Very unusually for her, Kineteté broke off in the middle of her sentence, and frowned.
"Edgar," Jim ventured, "did say there was a rumor at Court that Agatha was a witch. He very much believed it, himself."
"Hah!" said Kineteté. "She's about as much of a witch as you are. Merlin alone would know what you are—unless Carolinus knows. But if so, he's not even telling me."
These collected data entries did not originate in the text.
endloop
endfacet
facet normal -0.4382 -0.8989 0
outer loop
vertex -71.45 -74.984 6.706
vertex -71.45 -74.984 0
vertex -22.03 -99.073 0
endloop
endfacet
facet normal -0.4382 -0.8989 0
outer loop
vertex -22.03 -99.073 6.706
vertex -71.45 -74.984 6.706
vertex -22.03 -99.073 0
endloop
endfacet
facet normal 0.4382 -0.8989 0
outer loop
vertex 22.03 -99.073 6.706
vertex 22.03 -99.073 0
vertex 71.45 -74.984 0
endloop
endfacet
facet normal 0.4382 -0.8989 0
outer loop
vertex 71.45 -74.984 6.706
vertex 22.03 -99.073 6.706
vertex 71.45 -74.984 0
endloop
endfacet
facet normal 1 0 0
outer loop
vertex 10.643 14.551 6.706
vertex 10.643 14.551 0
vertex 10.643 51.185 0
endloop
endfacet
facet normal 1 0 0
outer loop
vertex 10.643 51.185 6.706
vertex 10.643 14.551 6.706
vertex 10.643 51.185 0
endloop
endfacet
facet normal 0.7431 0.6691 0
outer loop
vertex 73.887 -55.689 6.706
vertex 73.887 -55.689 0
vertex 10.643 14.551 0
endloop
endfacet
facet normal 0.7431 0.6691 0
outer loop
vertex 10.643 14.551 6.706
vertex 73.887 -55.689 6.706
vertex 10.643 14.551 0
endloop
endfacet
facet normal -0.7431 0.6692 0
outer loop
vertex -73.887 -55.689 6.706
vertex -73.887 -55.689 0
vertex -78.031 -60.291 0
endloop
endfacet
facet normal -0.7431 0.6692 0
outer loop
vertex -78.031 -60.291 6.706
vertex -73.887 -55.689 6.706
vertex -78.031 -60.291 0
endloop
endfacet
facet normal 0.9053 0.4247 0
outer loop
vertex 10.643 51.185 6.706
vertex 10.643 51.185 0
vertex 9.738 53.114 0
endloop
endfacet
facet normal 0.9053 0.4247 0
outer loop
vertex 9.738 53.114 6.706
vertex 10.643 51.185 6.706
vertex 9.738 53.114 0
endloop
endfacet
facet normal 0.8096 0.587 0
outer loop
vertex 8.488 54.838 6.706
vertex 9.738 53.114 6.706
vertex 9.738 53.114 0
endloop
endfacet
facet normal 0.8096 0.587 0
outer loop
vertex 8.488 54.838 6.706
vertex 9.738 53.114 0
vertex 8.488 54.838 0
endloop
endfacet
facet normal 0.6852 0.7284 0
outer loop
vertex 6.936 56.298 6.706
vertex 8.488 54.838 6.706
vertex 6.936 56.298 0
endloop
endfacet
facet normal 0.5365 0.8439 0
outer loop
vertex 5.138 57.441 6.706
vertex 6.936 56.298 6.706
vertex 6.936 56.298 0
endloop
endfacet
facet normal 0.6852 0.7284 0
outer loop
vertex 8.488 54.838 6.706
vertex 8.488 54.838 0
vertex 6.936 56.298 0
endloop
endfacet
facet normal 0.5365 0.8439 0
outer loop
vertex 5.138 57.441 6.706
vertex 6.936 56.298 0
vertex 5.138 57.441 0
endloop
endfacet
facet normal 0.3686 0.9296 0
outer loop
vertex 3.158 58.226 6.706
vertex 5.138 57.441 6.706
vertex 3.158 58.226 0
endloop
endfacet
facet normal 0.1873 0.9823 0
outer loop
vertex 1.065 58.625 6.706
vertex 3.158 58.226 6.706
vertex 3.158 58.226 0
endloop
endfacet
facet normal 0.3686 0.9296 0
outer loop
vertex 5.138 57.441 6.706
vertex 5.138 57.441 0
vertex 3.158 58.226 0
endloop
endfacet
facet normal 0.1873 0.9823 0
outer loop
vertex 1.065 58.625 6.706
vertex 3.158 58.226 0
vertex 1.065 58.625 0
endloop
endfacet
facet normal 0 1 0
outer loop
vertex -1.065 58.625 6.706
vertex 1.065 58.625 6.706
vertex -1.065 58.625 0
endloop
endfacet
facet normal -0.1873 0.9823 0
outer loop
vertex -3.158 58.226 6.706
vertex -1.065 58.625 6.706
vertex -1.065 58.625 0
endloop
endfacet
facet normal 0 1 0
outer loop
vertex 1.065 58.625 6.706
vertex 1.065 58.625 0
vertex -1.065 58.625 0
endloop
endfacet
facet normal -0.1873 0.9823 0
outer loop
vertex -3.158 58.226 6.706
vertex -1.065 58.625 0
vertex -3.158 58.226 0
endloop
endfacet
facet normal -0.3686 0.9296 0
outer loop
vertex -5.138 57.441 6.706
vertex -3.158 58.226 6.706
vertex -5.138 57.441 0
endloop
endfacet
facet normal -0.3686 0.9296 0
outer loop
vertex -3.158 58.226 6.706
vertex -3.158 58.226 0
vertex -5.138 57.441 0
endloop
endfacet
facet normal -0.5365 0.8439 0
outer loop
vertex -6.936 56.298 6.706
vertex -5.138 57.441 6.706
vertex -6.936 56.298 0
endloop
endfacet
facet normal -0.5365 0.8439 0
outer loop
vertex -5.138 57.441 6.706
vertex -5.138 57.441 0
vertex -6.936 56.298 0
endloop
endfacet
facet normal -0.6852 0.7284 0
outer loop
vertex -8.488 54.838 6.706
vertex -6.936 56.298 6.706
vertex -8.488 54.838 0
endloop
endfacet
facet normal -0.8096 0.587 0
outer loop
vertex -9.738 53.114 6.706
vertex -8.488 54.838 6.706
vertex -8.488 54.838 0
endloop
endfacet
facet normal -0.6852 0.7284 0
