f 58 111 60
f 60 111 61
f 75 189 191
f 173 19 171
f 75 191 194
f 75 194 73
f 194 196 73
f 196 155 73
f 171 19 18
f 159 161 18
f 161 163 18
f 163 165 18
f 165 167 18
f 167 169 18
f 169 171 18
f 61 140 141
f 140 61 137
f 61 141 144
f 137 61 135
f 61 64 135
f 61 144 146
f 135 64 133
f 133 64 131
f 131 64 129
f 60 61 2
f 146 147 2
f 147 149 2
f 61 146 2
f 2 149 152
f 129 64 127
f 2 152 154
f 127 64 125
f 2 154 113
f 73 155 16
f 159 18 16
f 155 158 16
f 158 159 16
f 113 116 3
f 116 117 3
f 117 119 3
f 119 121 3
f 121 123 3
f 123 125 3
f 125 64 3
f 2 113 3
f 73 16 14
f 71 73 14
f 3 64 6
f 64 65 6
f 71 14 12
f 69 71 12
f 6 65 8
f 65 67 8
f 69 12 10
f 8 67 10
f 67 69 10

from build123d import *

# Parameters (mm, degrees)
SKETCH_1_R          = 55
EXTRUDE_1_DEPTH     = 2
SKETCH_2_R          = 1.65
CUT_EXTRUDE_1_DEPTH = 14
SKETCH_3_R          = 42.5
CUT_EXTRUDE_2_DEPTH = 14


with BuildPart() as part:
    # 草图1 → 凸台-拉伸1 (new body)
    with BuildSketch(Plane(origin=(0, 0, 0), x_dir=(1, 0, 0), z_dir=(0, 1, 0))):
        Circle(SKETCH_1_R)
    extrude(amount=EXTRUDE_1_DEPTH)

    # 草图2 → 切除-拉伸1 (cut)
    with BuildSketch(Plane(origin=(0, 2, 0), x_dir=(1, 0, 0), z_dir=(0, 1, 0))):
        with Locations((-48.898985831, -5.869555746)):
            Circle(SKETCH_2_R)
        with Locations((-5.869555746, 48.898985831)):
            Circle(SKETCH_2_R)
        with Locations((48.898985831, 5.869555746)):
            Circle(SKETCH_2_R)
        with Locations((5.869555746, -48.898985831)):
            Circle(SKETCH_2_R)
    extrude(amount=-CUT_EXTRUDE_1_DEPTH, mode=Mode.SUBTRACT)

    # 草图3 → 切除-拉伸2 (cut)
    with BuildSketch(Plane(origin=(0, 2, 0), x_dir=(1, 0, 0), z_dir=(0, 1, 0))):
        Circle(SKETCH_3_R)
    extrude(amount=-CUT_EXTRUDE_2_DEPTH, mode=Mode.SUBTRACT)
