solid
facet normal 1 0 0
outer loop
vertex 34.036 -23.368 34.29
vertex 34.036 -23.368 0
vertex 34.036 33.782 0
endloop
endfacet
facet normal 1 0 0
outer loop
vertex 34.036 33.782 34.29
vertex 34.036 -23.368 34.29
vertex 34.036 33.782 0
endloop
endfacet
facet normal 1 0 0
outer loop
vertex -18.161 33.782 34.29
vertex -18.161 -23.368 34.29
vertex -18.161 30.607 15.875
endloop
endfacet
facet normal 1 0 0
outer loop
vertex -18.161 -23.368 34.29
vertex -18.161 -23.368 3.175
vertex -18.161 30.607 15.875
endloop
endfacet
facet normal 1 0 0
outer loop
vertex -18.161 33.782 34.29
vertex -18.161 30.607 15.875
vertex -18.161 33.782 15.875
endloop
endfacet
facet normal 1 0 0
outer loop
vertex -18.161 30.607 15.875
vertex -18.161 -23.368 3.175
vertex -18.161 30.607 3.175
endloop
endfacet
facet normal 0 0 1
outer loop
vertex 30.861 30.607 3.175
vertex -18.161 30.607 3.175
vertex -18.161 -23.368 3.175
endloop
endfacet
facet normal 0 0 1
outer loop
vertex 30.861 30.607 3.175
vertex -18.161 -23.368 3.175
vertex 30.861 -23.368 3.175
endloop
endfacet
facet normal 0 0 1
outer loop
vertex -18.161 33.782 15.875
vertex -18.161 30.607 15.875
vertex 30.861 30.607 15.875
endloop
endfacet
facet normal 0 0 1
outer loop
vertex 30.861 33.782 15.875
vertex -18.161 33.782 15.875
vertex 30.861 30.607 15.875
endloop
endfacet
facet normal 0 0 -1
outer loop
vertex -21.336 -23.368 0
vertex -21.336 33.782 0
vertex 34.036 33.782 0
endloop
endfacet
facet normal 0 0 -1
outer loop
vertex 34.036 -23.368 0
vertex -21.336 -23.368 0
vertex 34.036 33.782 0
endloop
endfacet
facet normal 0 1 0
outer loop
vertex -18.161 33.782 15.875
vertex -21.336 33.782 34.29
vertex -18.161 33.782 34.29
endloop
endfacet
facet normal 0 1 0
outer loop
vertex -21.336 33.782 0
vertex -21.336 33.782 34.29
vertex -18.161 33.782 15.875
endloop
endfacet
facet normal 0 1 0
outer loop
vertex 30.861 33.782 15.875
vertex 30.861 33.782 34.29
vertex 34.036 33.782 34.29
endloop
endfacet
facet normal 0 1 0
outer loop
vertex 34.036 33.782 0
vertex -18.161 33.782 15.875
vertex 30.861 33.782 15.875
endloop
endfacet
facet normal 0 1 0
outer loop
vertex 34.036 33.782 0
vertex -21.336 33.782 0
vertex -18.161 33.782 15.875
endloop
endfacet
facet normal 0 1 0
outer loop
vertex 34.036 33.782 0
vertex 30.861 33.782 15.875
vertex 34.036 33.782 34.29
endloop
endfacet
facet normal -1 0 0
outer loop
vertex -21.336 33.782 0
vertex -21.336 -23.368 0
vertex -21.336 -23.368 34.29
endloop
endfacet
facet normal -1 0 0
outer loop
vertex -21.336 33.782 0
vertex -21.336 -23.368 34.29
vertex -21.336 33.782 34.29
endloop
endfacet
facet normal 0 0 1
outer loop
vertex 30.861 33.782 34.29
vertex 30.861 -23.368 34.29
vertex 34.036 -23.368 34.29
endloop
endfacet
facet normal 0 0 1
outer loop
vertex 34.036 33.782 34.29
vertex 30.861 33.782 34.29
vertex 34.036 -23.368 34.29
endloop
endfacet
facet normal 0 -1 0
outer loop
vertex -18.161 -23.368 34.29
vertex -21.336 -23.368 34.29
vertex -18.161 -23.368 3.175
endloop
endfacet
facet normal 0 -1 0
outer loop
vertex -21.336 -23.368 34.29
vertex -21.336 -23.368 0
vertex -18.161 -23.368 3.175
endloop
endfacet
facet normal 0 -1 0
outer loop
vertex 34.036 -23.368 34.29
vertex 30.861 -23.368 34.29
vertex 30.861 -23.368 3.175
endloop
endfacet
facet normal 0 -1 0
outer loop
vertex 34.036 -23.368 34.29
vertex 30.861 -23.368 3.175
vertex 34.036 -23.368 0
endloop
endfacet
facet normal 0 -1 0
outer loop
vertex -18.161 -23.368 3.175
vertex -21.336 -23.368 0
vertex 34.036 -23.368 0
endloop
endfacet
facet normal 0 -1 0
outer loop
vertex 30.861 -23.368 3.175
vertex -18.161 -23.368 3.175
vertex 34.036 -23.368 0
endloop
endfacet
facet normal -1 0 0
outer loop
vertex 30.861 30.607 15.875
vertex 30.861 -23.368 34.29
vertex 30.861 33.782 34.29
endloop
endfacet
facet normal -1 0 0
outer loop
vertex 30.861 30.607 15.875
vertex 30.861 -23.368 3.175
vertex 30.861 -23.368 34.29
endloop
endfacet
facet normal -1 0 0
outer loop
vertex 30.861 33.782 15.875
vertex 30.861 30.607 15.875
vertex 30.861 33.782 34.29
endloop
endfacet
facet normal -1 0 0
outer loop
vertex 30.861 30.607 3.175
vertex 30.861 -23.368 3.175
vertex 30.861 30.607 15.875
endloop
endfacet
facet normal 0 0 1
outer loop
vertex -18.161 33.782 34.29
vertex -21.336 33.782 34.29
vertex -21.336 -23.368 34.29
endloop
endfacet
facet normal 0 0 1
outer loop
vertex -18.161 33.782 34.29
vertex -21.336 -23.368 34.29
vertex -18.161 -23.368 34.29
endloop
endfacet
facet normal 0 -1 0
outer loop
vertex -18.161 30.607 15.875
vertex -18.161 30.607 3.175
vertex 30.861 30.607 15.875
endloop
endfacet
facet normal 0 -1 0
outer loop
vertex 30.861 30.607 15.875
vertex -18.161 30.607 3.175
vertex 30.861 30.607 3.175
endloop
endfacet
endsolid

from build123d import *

# Parameters (mm, degrees)
SKETCH1_W           = 55.372
SKETCH1_H           = 57.15
BOSS_EXTRUDE1_DEPTH = 34.29
SHELL1_T            = -3.175
CUT_EXTRUDE1_DEPTH  = 39.116


with BuildPart() as part:
    # Sketch1 → Boss-Extrude1 (new body)
    with BuildSketch(Plane.XY):
        with Locations((6.35, 5.207)):
            Rectangle(SKETCH1_W, SKETCH1_H)
    extrude(amount=BOSS_EXTRUDE1_DEPTH)

    # Shell1
    shell1_openings = [part.faces().sort_by_distance(p)[0] for p in [
        (6.35, 5.207, 34.29),
        (6.35, -23.368, 17.145),
    ]]
    offset(amount=SHELL1_T, openings=shell1_openings, kind=Kind.INTERSECTION)

    # Sketch2 → Cut-Extrude1 (cut)
    with BuildSketch(Plane.XZ.offset(-30.607)):
        Polygon((-18.161, 15.875), (10.564637788, 15.875), (30.861, 15.875), (30.861, 34.29), (-18.161, 34.29), align=None)
    extrude(amount=-CUT_EXTRUDE1_DEPTH, mode=Mode.SUBTRACT)


solid = part.part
"Anyway, I thought there was nothing to it," Jim said, deliberately ignoring her last words. "But, if then—"
"Oh, there's a grain of truth to it," said Kineteté. "You remember what came out at the Earl's Christmas Party, about some of her early years when she lived with that very old and powerful Troll. Not that the Troll—"
"Mnrogar," said Jim.
"What?"
"The name of the Troll."
"His name has nothing to do with it. I'm saying he couldn't have taught her any magick, anyway. She doesn't know any magick—I wish you'd learn to pronounce the word properly!"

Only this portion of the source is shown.